So now we know what the Tea Party stands for and who stands behind it.
Until this past weekend, the various factions of what’s collectively known as the Tea Party struggled to define who they are and what they represent. The amorphous movement backed by some of the wealthiest conservatives in the country couldn’t decide if it was a political organization, an ideological alternative to the Democratic or Republican parties, or an Internet-inspired and media-driven coalition of grassroots activists whose organizational base exists ephemerally in the nexus of the World Wide Web and right-wing blab shows.
The Tea Party’s split personality led its folk to wrestle with what a Tea Party platform should contain. Should it be exclusively about eliminating all taxes and rolling back progressive social programs? Or should it demonize President Barack Obama and glorify former Alaska Governor Sarah Palin to boost web traffic and daily viewership? Or maybe it should focus on the relationship between the Tea Party and local, state, and federal governments? Could it be all of this? Or none?
Well, leave it to conservative Fox News entertainer Glenn Beck to declare definitively what the Tea Party stands for and who stands behind it–the All Mighty. Beck made clear at his rally this past weekend on the National Mall that the Tea Party is, in fact, a religious movement. “Something that is beyond man is happening,” Beck said, sounding like an evangelical preacher. “America today begins to turn back to God.”
Beck, who organized the rally and heavily promoted it on his television show, said divine inspiration directed his decision to have the gathering on the same day 47 years after the Rev. Martin Luther King Jr. delivered his famous “I Have a Dream” speech. Beck declared that politics had no place on the agenda and that his fuzzy version of Christian redemption was necessary to “restore” America to an idealized past. So, he said, it was God’s will that he stand in the same place as King to issue his regressive definition of what the Tea Party represents.
But other than time and place, the Beck-led antigovernment rally shared little with King’s Baptist-fired civil rights demonstration. Most significantly, King used his moment to call upon the federal government to produce voting, housing, and economic rights for black Americans. King’s speech was an affirming call for government action. Not so with Beck’s religion-flavored rant, which was at its heart a negative protest against the government and the people it aims to help.
Indeed, the day after his rally on the National Mall Beck declared that the Tea Party does not stand for social justice of any kind, telling Fox News that his new religious movement stands in contrast to liberation theology, which he says underpins President’s Obama’s faith. Predictably mischaracterizing the president’s faith and Christian-inspired social justice the president supports, Beck said “it’s a perversion of the gospel of Jesus Christ as most Christians know it.”

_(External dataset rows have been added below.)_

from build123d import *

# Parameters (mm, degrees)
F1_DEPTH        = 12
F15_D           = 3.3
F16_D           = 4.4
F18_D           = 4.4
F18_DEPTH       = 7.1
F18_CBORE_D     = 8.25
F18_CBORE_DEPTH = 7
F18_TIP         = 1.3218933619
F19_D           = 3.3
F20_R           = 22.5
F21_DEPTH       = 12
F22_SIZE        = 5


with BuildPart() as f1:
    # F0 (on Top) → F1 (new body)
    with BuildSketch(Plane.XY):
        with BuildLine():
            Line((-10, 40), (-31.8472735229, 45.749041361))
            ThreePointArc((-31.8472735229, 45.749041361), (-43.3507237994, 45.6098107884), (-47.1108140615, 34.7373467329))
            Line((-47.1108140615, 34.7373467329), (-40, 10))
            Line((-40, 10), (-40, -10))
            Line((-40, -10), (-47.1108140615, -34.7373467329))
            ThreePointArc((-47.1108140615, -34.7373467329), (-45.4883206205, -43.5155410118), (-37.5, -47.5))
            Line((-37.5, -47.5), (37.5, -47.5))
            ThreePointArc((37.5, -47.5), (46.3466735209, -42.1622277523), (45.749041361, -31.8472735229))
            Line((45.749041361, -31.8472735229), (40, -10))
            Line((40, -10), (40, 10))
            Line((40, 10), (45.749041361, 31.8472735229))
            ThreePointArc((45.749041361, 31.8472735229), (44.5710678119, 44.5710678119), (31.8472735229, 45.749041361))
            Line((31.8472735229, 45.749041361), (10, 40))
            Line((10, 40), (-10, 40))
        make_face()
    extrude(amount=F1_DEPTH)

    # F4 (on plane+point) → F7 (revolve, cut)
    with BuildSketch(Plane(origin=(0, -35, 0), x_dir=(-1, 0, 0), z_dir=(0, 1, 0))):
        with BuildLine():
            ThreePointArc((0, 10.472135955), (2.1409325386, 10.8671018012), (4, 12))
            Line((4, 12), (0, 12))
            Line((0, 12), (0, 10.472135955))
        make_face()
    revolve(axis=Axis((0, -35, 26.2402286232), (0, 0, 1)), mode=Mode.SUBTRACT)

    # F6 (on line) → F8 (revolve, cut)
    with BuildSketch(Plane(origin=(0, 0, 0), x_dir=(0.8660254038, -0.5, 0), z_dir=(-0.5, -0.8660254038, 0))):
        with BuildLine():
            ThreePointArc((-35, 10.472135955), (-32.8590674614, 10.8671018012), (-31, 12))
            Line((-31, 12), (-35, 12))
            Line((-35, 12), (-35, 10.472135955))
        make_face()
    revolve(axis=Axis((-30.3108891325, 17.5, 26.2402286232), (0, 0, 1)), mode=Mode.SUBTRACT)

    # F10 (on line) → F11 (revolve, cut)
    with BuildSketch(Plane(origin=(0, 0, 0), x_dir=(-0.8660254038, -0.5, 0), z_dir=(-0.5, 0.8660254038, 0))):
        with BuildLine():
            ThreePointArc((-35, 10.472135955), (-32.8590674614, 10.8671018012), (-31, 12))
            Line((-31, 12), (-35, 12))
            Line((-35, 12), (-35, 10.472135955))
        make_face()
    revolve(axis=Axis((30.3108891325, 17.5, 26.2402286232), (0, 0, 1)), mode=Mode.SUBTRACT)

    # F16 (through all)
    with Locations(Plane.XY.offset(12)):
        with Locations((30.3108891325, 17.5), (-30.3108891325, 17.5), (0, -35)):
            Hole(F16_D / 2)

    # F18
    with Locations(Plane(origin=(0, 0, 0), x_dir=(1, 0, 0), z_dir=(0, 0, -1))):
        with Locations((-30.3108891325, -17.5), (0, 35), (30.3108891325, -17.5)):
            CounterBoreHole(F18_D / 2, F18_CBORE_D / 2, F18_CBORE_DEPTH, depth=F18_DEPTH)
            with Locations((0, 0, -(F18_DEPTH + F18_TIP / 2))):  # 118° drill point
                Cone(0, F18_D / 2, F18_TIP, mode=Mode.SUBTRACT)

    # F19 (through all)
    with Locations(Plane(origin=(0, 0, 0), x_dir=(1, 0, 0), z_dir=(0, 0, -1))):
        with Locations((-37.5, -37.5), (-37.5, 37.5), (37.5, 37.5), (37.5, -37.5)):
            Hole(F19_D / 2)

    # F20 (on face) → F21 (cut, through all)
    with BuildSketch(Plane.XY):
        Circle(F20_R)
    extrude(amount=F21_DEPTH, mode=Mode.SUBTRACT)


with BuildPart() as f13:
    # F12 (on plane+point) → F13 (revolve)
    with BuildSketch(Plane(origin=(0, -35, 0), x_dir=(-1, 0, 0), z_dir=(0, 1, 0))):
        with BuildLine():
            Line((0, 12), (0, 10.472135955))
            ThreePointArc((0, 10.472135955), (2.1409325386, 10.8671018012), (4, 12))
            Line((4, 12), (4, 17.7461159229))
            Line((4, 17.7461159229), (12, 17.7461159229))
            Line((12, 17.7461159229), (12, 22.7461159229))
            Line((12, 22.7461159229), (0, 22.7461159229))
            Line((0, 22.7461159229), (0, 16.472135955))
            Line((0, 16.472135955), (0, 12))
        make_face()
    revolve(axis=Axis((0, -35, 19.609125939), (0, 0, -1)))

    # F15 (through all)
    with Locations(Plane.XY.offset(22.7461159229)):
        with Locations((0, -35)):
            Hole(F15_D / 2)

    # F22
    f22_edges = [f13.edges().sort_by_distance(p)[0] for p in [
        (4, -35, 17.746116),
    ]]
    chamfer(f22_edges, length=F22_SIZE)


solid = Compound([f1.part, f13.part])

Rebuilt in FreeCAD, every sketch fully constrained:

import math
import FreeCAD as App
import Part
import Sketcher


def edges_at(feature, points):
    """Names of the edges that pass closest to the given points."""
    edges = feature.Shape.Edges
    near = lambda p: min(range(len(edges)), key=lambda i: edges[i].distToShape(Part.Vertex(*p))[0])
    return sorted({f"Edge{near(p) + 1}" for p in points})

doc = App.newDocument("Part")
params = doc.addObject("Spreadsheet::Sheet", "Params")
for row, (alias, value) in enumerate([
    ("sketch1_radius", "10 mm"),
    ("sketch1_width", "75 mm"),
    ("sketch1_width2", "20 mm"),
    ("pad1_length", "12 mm"),
    ("sketch2_radius", "6 mm"),
    ("sketch2_width", "4 mm"),
    ("groove_angle", "360 deg"),
    ("sketch3_radius", "6 mm"),
    ("sketch3_width", "4 mm"),
    ("groove2_angle", "360 deg"),
    ("sketch4_radius", "6 mm"),
    ("sketch4_width", "4 mm"),
    ("groove3_angle", "360 deg"),
    ("sketch5_diameter", "4.4 mm"),
    ("hole_diameter", "4.4 mm"),
    ("sketch6_diameter", "4.4 mm"),
    ("hole2_diameter", "4.4 mm"),
    ("hole2_depth", "7.1 mm"),
    ("hole2_cbore_diameter", "8.25 mm"),
    ("hole2_cbore_depth", "7 mm"),
    ("sketch7_diameter", "3.3 mm"),
    ("hole3_diameter", "3.3 mm"),
    ("sketch8_diameter", "45 mm"),
    ("sketch9_radius", "6 mm"),
    ("sketch9_width", "8 mm"),
    ("sketch9_width2", "12 mm"),
    ("sketch9_height", "5 mm"),
    ("revolution_angle", "360 deg"),
    ("sketch10_diameter", "3.3 mm"),
    ("hole4_diameter", "3.3 mm"),
    ("chamfer_size", "5 mm"),
], start=1):
    params.set(f"A{row}", alias)
    params.set(f"B{row}", "=" + value)
    params.setAlias(f"B{row}", alias)

body = doc.addObject("PartDesign::Body", "Body")

# Sketch on XY plane
sketch1 = body.newObject("Sketcher::SketchObject", "Sketch")
sketch1.AttachmentSupport = (doc.getObject("XY_Plane"), [""])
sketch1.MapMode = "FlatFace"
sketch1.addGeometry(Part.LineSegment(App.Vector(-10, 40, 0), App.Vector(-32, 46, 0)), False)
sketch1.addGeometry(Part.ArcOfCircle(Part.Circle(App.Vector(-38, 38, 0), App.Vector(0, 0, 1), 10), math.radians(56), math.radians(196)), False)
sketch1.addGeometry(Part.LineSegment(App.Vector(-47, 35, 0), App.Vector(-40, 10, 0)), False)
sketch1.addGeometry(Part.LineSegment(App.Vector(-40, 10, 0), App.Vector(-40, -10, 0)), False)
sketch1.addGeometry(Part.LineSegment(App.Vector(-40, -10, 0), App.Vector(-47, -35, 0)), False)
sketch1.addGeometry(Part.ArcOfCircle(Part.Circle(App.Vector(-38, -38, 0), App.Vector(0, 0, 1), 10), math.radians(164), math.radians(270)), False)
sketch1.addGeometry(Part.LineSegment(App.Vector(-38, -48, 0), App.Vector(38, -48, 0)), False)
sketch1.addGeometry(Part.ArcOfCircle(Part.Circle(App.Vector(38, -38, 0), App.Vector(0, 0, 1), 10), math.radians(-90), math.radians(34)), False)
sketch1.addGeometry(Part.LineSegment(App.Vector(46, -32, 0), App.Vector(40, -10, 0)), False)
sketch1.addGeometry(Part.LineSegment(App.Vector(40, -10, 0), App.Vector(40, 10, 0)), False)
sketch1.addGeometry(Part.LineSegment(App.Vector(40, 10, 0), App.Vector(46, 32, 0)), False)
sketch1.addGeometry(Part.ArcOfCircle(Part.Circle(App.Vector(38, 38, 0), App.Vector(0, 0, 1), 10), math.radians(-34), math.radians(124)), False)
sketch1.addGeometry(Part.LineSegment(App.Vector(32, 46, 0), App.Vector(10, 40, 0)), False)
sketch1.addGeometry(Part.LineSegment(App.Vector(10, 40, 0), App.Vector(-10, 40, 0)), False)
sketch1.addConstraint(Sketcher.Constraint("Coincident", 0, 2, 1, 1))
sketch1.addConstraint(Sketcher.Constraint("Tangent", 1, 2, 2, 1))
sketch1.addConstraint(Sketcher.Constraint("Coincident", 2, 2, 3, 1))
sketch1.addConstraint(Sketcher.Constraint("Coincident", 3, 2, 4, 1))
sketch1.addConstraint(Sketcher.Constraint("Tangent", 4, 2, 5, 1))
sketch1.addConstraint(Sketcher.Constraint("Tangent", 5, 2, 6, 1))
sketch1.addConstraint(Sketcher.Constraint("Tangent", 6, 2, 7, 1))
sketch1.addConstraint(Sketcher.Constraint("Coincident", 7, 2, 8, 1))
sketch1.addConstraint(Sketcher.Constraint("Coincident", 8, 2, 9, 1))
sketch1.addConstraint(Sketcher.Constraint("Coincident", 9, 2, 10, 1))
sketch1.addConstraint(Sketcher.Constraint("Coincident", 10, 2, 11, 1))
sketch1.addConstraint(Sketcher.Constraint("Coincident", 11, 2, 12, 1))
sketch1.addConstraint(Sketcher.Constraint("Coincident", 12, 2, 13, 1))
sketch1.addConstraint(Sketcher.Constraint("Coincident", 13, 2, 0, 1))
sketch1.addConstraint(Sketcher.Constraint("Vertical", 3))
sketch1.addConstraint(Sketcher.Constraint("Horizontal", 6))
sketch1.addConstraint(Sketcher.Constraint("Vertical", 9))
sketch1.addConstraint(Sketcher.Constraint("Horizontal", 13))
sketch1.addConstraint(Sketcher.Constraint("Equal", 1, 5))
sketch1.addConstraint(Sketcher.Constraint("Equal", 5, 7))
sketch1.addConstraint(Sketcher.Constraint("Equal", 7, 11))
sketch1.addConstraint(Sketcher.Constraint("Symmetric", 1, 3, 7, 3, -1, 1))
sketch1.addConstraint(Sketcher.Constraint("Symmetric", 5, 3, 11, 3, -1, 1))
sketch1.addConstraint(Sketcher.Constraint("Symmetric", 2, 2, 8, 2, -1, 1))
sketch1.addConstraint(Sketcher.Constraint("Symmetric", 0, 2, 11, 2, -2))
sketch1.addConstraint(Sketcher.Constraint("Perpendicular", 0, 10))
sketch1.addConstraint(Sketcher.Constraint("Perpendicular", 8, 12))
sketch1.addConstraint(Sketcher.Constraint("Horizontal", 3, 2, 8, 2))
sketch1.addConstraint(Sketcher.Constraint("Horizontal", 2, 2, 9, 2))
sketch1.addConstraint(Sketcher.Constraint("Vertical", 7, 2, 10, 2))
sketch1.addConstraint(Sketcher.Constraint("Equal", 13, 3))
sketch1.addConstraint(Sketcher.Constraint("Equal", 0, 8))
sketch1.addConstraint(Sketcher.Constraint("Radius", 1, 10.0))
sketch1.addConstraint(Sketcher.Constraint("DistanceX", 6, 1, 6, 2, 75.0))
sketch1.addConstraint(Sketcher.Constraint("DistanceX", 13, 2, 13, 1, 20.0))
sketch1.addConstraint(Sketcher.Constraint("DistanceX", 2, 2, -1, 1, 40.0))
sketch1.addConstraint(Sketcher.Constraint("DistanceY", -1, 1, 12, 2, 40.0))
sketch1.addConstraint(Sketcher.Constraint("DistanceY", -1, 1, 0, 2, 45.749041))
sketch1.setExpression("Constraints[32]", "Params.sketch1_radius")
sketch1.setExpression("Constraints[33]", "Params.sketch1_width")
sketch1.setExpression("Constraints[34]", "Params.sketch1_width2")
pad1 = body.newObject("PartDesign::Pad", "Pad")
pad1.Profile = sketch1
pad1.setExpression("Length", "Params.pad1_length")

# Sketch on XZ plane
sketch2 = body.newObject("Sketcher::SketchObject", "Sketch001")
sketch2.AttachmentSupport = (doc.getObject("XZ_Plane"), [""])
sketch2.MapMode = "FlatFace"
sketch2.AttachmentOffset = App.Placement(App.Vector(0, 0, 35), App.Rotation())
sketch2.addGeometry(Part.ArcOfCircle(Part.Circle(App.Vector(0, 16.5, 0), App.Vector(0, 0, 1), 6), math.radians(-132), math.radians(-90)), False)
sketch2.addGeometry(Part.LineSegment(App.Vector(-4, 12, 0), App.Vector(0, 12, 0)), False)
sketch2.addGeometry(Part.LineSegment(App.Vector(0, 12, 0), App.Vector(0, 10.5, 0)), False)
sketch2.addConstraint(Sketcher.Constraint("Coincident", 0, 1, 1, 1))
sketch2.addConstraint(Sketcher.Constraint("Coincident", 1, 2, 2, 1))
sketch2.addConstraint(Sketcher.Constraint("Coincident", 2, 2, 0, 2))
sketch2.addConstraint(Sketcher.Constraint("Horizontal", 1))
sketch2.addConstraint(Sketcher.Constraint("Vertical", 2))
sketch2.addConstraint(Sketcher.Constraint("PointOnObject", 0, 3, -2))
sketch2.addConstraint(Sketcher.Constraint("PointOnObject", 1, 2, -2))
sketch2.addConstraint(Sketcher.Constraint("Radius", 0, 6.0))
sketch2.addConstraint(Sketcher.Constraint("DistanceX", 1, 1, 1, 2, 4.0))
sketch2.addConstraint(Sketcher.Constraint("DistanceY", -1, 1, 0, 1, 12.0))
sketch2.setExpression("Constraints[7]", "Params.sketch2_radius")
sketch2.setExpression("Constraints[8]", "Params.sketch2_width")
groove = body.newObject("PartDesign::Groove", "Groove")
groove.Profile = sketch2
groove.ReferenceAxis = (sketch2, ["V_Axis"])
groove.setExpression("Angle", "Params.groove_angle")
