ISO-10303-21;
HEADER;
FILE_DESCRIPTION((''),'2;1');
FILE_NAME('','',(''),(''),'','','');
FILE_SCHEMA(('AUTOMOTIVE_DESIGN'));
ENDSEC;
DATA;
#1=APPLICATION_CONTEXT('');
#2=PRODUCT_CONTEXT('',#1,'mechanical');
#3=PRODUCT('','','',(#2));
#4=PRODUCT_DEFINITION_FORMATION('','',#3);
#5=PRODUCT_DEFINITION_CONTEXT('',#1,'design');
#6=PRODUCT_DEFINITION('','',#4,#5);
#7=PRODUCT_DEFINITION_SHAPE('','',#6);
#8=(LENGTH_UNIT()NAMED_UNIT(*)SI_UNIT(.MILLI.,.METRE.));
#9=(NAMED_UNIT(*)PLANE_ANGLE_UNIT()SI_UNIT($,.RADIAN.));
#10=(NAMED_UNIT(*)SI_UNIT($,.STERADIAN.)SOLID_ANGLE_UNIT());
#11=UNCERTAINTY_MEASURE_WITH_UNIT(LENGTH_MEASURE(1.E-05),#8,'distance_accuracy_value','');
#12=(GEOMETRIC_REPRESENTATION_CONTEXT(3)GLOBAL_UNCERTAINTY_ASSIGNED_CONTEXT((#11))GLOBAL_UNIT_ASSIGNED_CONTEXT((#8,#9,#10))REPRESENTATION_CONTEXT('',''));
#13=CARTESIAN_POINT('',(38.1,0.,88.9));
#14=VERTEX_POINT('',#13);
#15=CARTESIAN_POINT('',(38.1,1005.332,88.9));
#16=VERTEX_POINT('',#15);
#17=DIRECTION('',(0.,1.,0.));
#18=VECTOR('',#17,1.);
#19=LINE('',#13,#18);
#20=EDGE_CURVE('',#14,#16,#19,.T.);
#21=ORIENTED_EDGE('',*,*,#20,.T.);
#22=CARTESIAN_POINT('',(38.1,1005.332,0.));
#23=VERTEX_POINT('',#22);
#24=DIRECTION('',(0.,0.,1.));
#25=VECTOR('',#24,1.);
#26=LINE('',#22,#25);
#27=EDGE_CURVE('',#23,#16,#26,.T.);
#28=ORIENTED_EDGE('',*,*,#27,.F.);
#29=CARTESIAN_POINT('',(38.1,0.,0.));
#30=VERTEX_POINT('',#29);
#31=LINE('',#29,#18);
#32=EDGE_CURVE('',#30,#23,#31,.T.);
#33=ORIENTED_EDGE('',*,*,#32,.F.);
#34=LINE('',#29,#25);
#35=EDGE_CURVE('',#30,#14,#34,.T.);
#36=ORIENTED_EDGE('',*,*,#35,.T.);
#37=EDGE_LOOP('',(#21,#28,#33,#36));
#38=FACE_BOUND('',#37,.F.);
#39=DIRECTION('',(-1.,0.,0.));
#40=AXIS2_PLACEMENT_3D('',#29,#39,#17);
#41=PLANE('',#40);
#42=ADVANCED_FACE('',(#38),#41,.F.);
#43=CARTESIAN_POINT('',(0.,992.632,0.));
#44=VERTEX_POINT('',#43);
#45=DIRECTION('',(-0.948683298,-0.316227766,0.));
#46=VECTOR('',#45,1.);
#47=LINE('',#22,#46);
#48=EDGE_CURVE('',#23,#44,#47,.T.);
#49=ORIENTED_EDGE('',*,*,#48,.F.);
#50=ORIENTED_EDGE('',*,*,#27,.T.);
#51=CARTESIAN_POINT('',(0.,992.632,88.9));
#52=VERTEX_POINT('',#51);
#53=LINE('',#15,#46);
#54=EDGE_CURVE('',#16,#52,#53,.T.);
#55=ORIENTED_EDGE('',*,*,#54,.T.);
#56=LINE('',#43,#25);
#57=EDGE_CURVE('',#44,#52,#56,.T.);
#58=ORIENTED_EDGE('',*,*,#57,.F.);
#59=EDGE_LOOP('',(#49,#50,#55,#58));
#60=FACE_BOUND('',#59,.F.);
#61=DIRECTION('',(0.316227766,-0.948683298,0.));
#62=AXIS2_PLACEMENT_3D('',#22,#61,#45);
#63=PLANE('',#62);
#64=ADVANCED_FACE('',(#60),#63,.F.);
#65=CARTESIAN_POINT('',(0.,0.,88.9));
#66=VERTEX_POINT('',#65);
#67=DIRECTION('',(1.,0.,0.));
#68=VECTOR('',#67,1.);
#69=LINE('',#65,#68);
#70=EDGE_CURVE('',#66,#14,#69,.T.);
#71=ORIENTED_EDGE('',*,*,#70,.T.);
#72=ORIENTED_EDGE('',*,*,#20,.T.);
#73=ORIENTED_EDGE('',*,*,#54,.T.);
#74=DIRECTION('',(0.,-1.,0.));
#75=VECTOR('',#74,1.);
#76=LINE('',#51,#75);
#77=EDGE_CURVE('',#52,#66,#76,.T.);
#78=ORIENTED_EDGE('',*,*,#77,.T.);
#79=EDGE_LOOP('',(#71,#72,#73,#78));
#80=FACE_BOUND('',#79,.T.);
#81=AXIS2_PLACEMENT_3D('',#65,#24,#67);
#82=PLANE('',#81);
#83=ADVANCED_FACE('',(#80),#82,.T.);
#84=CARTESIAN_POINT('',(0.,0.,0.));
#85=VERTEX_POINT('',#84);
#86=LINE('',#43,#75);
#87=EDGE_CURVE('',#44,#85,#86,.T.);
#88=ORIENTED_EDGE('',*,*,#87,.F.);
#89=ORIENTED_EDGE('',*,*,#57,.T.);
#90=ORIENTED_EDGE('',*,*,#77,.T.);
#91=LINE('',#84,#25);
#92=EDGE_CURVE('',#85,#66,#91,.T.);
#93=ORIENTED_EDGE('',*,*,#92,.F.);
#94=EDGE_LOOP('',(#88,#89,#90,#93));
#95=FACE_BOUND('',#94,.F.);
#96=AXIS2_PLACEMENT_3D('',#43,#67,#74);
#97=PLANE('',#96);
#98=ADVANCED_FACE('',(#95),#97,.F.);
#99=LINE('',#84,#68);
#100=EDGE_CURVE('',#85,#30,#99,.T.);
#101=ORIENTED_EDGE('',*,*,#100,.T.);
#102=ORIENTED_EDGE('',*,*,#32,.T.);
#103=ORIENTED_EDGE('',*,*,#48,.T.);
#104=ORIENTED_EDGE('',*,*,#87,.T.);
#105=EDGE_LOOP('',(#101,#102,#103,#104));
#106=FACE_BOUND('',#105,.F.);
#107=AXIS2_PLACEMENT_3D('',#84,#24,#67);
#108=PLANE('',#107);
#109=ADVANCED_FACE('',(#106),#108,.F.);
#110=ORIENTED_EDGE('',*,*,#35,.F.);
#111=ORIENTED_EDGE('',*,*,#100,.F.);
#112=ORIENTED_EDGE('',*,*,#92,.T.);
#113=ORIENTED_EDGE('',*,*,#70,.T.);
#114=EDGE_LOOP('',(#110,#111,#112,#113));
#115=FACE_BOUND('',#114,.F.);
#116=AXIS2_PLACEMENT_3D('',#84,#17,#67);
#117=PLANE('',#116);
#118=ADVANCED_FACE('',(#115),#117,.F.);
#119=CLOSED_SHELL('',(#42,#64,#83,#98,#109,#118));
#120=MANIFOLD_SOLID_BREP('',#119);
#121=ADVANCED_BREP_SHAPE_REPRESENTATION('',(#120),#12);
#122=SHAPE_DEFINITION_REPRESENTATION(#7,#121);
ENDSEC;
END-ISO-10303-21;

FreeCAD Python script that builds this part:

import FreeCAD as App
import Part
import Sketcher

V = App.Vector
Q = App.Units.Quantity


def add_polygon(sketch, points):
    """Adds a closed chain of lines whose ends are joined by coincident constraints."""
    first, n = sketch.GeometryCount, len(points)
    for a, b in zip(points, points[1:] + points[:1]):
        sketch.addGeometry(Part.LineSegment(App.Vector(*a, 0), App.Vector(*b, 0)), False)
    for i in range(n):
        sketch.addConstraint(Sketcher.Constraint("Coincident", first + i, 2, first + (i + 1) % n, 1))

doc = App.newDocument("Part")
body = doc.addObject("PartDesign::Body", "Body")

# Sketch on XY plane
sketch1 = body.newObject("Sketcher::SketchObject", "Sketch")
sketch1.AttachmentSupport = (doc.getObject("XY_Plane"), [""])
sketch1.MapMode = "FlatFace"
add_polygon(sketch1, [(0, 993), (0, 0), (38, 0), (38, 1005)])  # lines 0-3
sketch1.addConstraint([
    Sketcher.Constraint("Vertical", 0),
    Sketcher.Constraint("Horizontal", 1),
    Sketcher.Constraint("Vertical", 2),
    Sketcher.Constraint("Coincident", 0, 2, -1, 1),
    Sketcher.Constraint("DistanceX", 1, 1, 1, 2, Q("1.5 in")),
    Sketcher.Constraint("DistanceY", 0, 2, 0, 1, Q("39.08 in")),
    Sketcher.Constraint("DistanceY", 2, 1, 2, 2, Q("39.58 in")),
])
pad1 = body.newObject("PartDesign::Pad", "Pad")
pad1.Profile = sketch1
pad1.Length = Q("3.5 in")

doc.recompute()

If so, it’s also a perversion of exactly what King preached and Beck mimics. King envisioned the mountaintop where our nation moved forward, to grant justice and equality to all its citizens. King’s speech soared with its language that stands to this day in diametric opposition to the call by Beck for a return to an era when white males defined and imposed their self-idolizing view of American culture and society. Those days are long gone, thanks in part to the protests, marches, and martyrdom of social justice advocates like King.
Palin, who is something of the movement’s star attraction since her failed run as the GOP’s vice presidential nominee, confirmed Beck’s not so hidden agenda behind his religious revivalism. “We must not fundamentally transform America as some would want,” she said in what sounded like part-political swipe at President Obama and part-religious call to order. “We must restore America and restore her honor.”
It’s fairly obvious what Beck and Palin are attempting. In marketing terms, they are repackaging the old, stale product of white resentment that lurks at the heart of the Beck’s popularity and Tea Party outrage. Having exhausted racist tactics, Beck and his Tea Party faithful seek mainstream acceptability by cloaking their politics of resentment in a religious shawl. He links God and support for the military with his talk of “turning back” and “restoring honor.” This is old wine in new bottles, an appeal to the disaffected and frightened white Americans who see the nation changing right before their eyes.
Changing how? Our nation is becoming browner as racial minorities emerge as a greater percentage of the population. Demographers estimate that by the year 2050, the United States will no longer be a majority white nation. In contrast, those who attended last weekend’s Tea Party rally and demanded to “take back” their nation were overwhelmingly white.
Try as Beck might with his turn toward religious rhetoric and populist sleight of hand, his teary yelping is a tin-eared imitation of King’s prophetic voice. Indeed, the idea that Tea Party activists embraced Beck as the second coming of King—at a time when the nation is becoming increasingly multicultural—demonstrates why this religion gambit is doomed to fail.
Until Beck, Palin, and Tea Party believers link their national aspirations to an inclusive, affirming, and forward-looking view of the nation, the Tea Party will remain a murky mess, deeply mired in the right-wing’s crack-pot fringe.
Sam Fulwood III is a Senior Fellow at the Center for American Progress. His work with the Center’s Progress 2050 examines the impact of polices on the nation when there will be no clear racial or ethnic majority by the year 2050.